Dataset entries:
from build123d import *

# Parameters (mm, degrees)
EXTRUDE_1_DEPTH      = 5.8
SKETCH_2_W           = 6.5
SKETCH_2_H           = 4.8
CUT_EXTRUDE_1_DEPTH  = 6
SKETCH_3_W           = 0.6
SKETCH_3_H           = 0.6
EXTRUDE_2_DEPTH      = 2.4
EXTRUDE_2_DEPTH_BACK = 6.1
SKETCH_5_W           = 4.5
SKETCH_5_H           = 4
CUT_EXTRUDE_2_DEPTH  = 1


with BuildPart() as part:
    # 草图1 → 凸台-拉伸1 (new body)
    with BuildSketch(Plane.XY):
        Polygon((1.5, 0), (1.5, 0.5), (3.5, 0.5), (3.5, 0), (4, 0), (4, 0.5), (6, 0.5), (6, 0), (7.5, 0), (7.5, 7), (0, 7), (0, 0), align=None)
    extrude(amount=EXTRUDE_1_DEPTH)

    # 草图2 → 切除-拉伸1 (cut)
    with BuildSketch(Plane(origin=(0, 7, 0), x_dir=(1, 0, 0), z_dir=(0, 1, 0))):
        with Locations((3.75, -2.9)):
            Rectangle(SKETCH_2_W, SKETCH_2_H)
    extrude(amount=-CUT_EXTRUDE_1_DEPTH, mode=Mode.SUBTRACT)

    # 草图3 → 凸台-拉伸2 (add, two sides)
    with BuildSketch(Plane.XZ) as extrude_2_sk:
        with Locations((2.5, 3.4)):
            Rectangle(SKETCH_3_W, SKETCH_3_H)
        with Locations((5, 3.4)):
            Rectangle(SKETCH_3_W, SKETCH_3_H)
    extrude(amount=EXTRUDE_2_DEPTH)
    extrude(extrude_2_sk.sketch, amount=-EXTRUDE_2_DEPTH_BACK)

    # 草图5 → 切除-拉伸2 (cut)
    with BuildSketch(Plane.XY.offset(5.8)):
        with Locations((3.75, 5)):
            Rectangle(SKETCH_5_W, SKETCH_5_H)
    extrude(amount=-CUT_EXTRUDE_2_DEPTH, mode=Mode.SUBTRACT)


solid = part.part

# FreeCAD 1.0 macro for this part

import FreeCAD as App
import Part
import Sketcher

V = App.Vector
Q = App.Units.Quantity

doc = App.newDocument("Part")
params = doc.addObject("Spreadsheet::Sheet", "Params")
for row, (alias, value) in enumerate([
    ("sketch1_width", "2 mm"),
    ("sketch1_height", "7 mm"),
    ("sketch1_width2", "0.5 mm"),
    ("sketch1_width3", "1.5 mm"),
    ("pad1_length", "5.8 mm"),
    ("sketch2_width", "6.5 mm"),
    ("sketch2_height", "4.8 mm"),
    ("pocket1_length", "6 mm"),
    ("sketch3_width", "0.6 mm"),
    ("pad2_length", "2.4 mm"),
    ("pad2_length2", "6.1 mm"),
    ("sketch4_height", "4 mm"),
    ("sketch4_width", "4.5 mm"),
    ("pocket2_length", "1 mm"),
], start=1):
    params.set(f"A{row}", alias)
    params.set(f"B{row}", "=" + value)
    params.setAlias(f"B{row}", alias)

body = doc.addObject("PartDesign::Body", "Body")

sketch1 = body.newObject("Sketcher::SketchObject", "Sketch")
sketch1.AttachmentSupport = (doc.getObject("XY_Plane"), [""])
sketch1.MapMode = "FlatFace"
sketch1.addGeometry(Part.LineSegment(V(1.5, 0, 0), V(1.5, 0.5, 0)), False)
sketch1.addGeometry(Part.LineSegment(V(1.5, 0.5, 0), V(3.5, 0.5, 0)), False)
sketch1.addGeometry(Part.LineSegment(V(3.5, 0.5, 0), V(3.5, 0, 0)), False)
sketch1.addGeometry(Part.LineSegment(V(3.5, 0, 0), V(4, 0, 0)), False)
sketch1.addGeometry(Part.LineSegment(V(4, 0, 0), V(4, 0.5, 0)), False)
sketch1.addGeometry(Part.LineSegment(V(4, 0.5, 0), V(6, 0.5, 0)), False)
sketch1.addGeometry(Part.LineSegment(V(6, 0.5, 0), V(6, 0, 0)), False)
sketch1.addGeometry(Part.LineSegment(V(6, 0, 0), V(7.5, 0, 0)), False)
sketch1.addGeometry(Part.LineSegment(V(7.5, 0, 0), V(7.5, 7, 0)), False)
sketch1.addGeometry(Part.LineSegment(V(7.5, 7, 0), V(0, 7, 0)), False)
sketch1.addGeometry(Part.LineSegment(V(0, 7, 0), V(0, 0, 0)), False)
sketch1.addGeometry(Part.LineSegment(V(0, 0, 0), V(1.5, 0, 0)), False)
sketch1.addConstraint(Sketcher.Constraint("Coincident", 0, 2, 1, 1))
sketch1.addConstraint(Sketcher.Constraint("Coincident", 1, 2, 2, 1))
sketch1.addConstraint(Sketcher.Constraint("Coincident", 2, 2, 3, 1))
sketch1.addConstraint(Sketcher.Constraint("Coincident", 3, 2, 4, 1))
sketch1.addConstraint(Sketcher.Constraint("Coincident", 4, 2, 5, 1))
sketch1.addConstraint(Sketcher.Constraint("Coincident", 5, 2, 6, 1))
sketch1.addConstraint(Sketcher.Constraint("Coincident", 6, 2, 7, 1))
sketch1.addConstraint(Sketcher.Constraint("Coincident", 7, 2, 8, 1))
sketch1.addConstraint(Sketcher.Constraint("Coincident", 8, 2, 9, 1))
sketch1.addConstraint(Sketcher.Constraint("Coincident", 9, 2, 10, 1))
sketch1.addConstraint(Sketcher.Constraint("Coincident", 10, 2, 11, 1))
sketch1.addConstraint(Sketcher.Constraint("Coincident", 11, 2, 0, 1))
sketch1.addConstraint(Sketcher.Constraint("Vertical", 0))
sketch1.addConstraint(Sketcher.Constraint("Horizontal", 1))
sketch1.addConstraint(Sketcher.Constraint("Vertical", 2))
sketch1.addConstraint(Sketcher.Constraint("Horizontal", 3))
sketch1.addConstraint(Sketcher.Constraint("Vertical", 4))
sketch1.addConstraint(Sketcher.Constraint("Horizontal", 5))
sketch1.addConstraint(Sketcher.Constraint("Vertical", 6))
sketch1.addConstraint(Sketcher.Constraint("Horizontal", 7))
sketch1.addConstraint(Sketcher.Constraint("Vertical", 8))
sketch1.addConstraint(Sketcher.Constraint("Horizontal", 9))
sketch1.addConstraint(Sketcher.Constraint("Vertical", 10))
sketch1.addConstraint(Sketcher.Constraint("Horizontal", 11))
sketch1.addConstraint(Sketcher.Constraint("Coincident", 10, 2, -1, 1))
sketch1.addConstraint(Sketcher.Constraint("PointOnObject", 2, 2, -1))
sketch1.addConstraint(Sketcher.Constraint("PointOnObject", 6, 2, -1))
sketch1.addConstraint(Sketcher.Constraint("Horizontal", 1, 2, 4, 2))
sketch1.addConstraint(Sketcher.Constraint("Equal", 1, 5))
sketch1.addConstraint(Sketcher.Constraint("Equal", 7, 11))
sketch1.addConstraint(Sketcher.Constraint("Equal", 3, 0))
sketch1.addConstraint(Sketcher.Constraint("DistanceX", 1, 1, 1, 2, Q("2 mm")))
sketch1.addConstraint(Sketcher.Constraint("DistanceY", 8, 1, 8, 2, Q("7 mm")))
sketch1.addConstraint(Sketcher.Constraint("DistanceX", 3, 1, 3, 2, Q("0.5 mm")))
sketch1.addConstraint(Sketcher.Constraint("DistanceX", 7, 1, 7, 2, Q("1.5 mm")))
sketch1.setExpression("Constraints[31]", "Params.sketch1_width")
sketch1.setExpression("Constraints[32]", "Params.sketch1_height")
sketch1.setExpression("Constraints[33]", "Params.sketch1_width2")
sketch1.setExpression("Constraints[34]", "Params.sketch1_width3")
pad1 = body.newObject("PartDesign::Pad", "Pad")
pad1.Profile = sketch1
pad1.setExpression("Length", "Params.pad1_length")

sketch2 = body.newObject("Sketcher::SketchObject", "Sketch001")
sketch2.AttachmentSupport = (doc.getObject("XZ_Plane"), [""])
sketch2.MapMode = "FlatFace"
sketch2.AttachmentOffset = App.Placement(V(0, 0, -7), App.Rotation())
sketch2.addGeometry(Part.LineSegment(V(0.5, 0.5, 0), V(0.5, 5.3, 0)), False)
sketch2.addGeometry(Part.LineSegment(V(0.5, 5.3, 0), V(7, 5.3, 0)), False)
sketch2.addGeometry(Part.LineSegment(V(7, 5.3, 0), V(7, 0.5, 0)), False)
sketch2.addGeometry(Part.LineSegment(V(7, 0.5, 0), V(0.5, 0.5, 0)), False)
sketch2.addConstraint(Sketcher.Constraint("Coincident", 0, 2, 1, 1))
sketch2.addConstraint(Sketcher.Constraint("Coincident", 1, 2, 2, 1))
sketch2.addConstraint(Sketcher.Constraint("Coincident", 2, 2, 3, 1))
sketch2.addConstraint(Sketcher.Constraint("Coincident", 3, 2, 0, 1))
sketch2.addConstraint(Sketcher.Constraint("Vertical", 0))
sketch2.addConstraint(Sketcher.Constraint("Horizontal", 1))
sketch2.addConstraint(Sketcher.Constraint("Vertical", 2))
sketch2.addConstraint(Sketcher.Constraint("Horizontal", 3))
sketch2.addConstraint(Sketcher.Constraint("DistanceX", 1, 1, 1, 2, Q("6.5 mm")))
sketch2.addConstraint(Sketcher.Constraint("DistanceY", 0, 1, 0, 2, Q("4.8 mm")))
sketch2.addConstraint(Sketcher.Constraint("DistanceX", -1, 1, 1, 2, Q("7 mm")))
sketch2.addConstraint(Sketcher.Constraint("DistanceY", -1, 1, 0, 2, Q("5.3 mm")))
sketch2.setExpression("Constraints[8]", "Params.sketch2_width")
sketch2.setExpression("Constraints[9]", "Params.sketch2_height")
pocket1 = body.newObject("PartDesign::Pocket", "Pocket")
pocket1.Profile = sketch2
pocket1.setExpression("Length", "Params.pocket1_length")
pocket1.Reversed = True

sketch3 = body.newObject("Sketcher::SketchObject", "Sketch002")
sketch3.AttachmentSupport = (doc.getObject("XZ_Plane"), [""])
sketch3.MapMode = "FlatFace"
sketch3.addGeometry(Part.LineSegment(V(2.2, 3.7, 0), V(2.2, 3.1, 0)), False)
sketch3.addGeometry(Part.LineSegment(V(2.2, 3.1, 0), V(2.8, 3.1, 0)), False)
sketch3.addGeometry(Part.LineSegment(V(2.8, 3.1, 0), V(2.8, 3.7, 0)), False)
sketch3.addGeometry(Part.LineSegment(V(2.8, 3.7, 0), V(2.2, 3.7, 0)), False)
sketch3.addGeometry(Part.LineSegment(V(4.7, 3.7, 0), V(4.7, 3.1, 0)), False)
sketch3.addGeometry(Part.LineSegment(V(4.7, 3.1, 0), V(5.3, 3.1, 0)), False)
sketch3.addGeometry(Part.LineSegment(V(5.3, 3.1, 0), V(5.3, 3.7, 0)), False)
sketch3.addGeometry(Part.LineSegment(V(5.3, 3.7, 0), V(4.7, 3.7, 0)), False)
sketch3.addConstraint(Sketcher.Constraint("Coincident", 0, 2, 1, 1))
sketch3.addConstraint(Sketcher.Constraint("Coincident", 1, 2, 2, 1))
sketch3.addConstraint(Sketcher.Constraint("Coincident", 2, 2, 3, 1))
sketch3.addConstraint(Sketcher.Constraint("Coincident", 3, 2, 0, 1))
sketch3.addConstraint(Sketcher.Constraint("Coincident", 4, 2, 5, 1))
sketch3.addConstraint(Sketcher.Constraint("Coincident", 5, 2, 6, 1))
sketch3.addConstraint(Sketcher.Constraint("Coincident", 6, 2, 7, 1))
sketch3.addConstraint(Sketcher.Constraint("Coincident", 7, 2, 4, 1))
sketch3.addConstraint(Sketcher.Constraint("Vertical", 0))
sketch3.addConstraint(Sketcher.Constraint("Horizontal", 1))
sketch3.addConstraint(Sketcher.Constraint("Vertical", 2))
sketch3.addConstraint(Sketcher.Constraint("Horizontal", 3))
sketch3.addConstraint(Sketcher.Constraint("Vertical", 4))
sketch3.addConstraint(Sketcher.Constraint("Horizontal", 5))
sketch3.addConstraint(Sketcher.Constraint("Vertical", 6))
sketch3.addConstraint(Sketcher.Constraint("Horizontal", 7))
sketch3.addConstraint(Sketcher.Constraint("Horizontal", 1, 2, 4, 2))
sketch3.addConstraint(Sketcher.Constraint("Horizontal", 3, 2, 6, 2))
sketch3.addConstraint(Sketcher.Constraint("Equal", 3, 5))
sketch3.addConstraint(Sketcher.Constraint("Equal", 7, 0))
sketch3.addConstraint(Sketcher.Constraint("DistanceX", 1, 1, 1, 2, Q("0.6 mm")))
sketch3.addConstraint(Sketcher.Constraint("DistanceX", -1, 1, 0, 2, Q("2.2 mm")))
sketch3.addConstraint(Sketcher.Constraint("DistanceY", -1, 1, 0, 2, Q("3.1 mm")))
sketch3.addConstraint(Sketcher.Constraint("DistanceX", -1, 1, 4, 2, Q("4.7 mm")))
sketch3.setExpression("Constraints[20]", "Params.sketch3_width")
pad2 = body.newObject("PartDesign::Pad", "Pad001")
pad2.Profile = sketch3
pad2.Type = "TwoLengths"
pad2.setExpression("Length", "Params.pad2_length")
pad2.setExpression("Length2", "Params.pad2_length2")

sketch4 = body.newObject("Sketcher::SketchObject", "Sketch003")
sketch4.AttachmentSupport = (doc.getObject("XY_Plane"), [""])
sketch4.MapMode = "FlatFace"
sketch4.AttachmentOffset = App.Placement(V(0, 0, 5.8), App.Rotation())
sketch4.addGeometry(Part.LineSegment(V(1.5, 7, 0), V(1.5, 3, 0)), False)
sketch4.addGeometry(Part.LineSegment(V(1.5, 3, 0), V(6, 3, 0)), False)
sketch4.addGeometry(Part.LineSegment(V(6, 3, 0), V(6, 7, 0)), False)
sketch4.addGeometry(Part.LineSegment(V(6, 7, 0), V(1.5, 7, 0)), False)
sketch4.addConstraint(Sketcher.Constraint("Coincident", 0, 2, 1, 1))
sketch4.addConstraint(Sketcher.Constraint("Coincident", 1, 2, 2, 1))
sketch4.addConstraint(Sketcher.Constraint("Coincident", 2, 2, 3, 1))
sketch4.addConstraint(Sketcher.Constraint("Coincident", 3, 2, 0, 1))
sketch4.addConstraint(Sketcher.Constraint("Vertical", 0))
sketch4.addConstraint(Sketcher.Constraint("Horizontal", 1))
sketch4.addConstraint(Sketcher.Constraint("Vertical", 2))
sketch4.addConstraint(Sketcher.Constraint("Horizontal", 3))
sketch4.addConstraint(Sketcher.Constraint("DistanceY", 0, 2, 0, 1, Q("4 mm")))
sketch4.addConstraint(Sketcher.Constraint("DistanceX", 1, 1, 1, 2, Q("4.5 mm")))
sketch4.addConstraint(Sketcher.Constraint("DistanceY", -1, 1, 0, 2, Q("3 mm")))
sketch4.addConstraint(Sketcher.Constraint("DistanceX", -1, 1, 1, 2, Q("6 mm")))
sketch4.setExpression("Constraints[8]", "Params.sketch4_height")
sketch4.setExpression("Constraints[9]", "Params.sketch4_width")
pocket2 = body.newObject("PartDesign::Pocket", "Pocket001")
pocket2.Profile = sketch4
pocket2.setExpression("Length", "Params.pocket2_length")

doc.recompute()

WHAT YOU SHOULD DO:
In the entries above, one line contains "EXTRUDE_2_DEPTH_BACK = 6.1" and another contains "# FreeCAD 1.0 macro for this part". Reproduce exactly those two lines and the lines between them, nothing else.

OUTPUT FOR THIS EXERCISE:
EXTRUDE_2_DEPTH_BACK = 6.1
SKETCH_5_W           = 4.5
SKETCH_5_H           = 4
CUT_EXTRUDE_2_DEPTH  = 1


with BuildPart() as part:
    # 草图1 → 凸台-拉伸1 (new body)
    with BuildSketch(Plane.XY):
        Polygon((1.5, 0), (1.5, 0.5), (3.5, 0.5), (3.5, 0), (4, 0), (4, 0.5), (6, 0.5), (6, 0), (7.5, 0), (7.5, 7), (0, 7), (0, 0), align=None)
    extrude(amount=EXTRUDE_1_DEPTH)

    # 草图2 → 切除-拉伸1 (cut)
    with BuildSketch(Plane(origin=(0, 7, 0), x_dir=(1, 0, 0), z_dir=(0, 1, 0))):
        with Locations((3.75, -2.9)):
            Rectangle(SKETCH_2_W, SKETCH_2_H)
    extrude(amount=-CUT_EXTRUDE_1_DEPTH, mode=Mode.SUBTRACT)

    # 草图3 → 凸台-拉伸2 (add, two sides)
    with BuildSketch(Plane.XZ) as extrude_2_sk:
        with Locations((2.5, 3.4)):
            Rectangle(SKETCH_3_W, SKETCH_3_H)
        with Locations((5, 3.4)):
            Rectangle(SKETCH_3_W, SKETCH_3_H)
    extrude(amount=EXTRUDE_2_DEPTH)
    extrude(extrude_2_sk.sketch, amount=-EXTRUDE_2_DEPTH_BACK)

    # 草图5 → 切除-拉伸2 (cut)
    with BuildSketch(Plane.XY.offset(5.8)):
        with Locations((3.75, 5)):
            Rectangle(SKETCH_5_W, SKETCH_5_H)
    extrude(amount=-CUT_EXTRUDE_2_DEPTH, mode=Mode.SUBTRACT)


solid = part.part

# FreeCAD 1.0 macro for this part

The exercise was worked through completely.